◆ **Required work**: Write out the full listing exactly.

◆ **Material supplied**:
========
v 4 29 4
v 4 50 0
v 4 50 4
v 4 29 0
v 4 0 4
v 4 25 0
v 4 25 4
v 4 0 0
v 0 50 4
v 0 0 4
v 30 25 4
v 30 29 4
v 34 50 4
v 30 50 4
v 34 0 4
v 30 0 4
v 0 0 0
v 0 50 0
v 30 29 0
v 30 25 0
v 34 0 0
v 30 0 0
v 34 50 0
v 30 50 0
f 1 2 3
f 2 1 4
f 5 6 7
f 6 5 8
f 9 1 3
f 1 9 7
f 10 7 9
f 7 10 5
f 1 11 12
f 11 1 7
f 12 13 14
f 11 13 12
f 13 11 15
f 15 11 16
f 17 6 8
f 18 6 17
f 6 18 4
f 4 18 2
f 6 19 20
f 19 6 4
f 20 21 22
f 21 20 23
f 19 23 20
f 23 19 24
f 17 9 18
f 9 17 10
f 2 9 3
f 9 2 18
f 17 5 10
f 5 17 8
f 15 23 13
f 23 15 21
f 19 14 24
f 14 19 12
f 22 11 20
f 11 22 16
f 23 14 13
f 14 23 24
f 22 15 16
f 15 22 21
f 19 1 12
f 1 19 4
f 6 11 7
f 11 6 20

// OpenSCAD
//буква h
module H(x=3, y=40, z=3 ){
 union(){
 cube([x,y,z]);
 translate([x1,0,0]) cube([x,y,z]);
 translate([0,z2,0]) cube([x1,z,x]);
}
}
 H(x=4, y=50, z=4 ,z2=25, x1=30);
========
◆ **Answer**:
v 4 29 4
v 4 50 0
v 4 50 4
v 4 29 0
v 4 0 4
v 4 25 0
v 4 25 4
v 4 0 0
v 0 50 4
v 0 0 4
v 30 25 4
v 30 29 4
v 34 50 4
v 30 50 4
v 34 0 4
v 30 0 4
v 0 0 0
v 0 50 0
v 30 29 0
v 30 25 0
v 34 0 0
v 30 0 0
v 34 50 0
v 30 50 0
f 1 2 3
f 2 1 4
f 5 6 7
f 6 5 8
f 9 1 3
f 1 9 7
f 10 7 9
f 7 10 5
f 1 11 12
f 11 1 7
f 12 13 14
f 11 13 12
f 13 11 15
f 15 11 16
f 17 6 8
f 18 6 17
f 6 18 4
f 4 18 2
f 6 19 20
f 19 6 4
f 20 21 22
f 21 20 23
f 19 23 20
f 23 19 24
f 17 9 18
f 9 17 10
f 2 9 3
f 9 2 18
f 17 5 10
f 5 17 8
f 15 23 13
f 23 15 21
f 19 14 24
f 14 19 12
f 22 11 20
f 11 22 16
f 23 14 13
f 14 23 24
f 22 15 16
f 15 22 21
f 19 1 12
f 1 19 4
f 6 11 7
f 11 6 20

// OpenSCAD
//буква h
module H(x=3, y=40, z=3 ){
 union(){
 cube([x,y,z]);
 translate([x1,0,0]) cube([x,y,z]);
 translate([0,z2,0]) cube([x1,z,x]);
}
}
 H(x=4, y=50, z=4 ,z2=25, x1=30);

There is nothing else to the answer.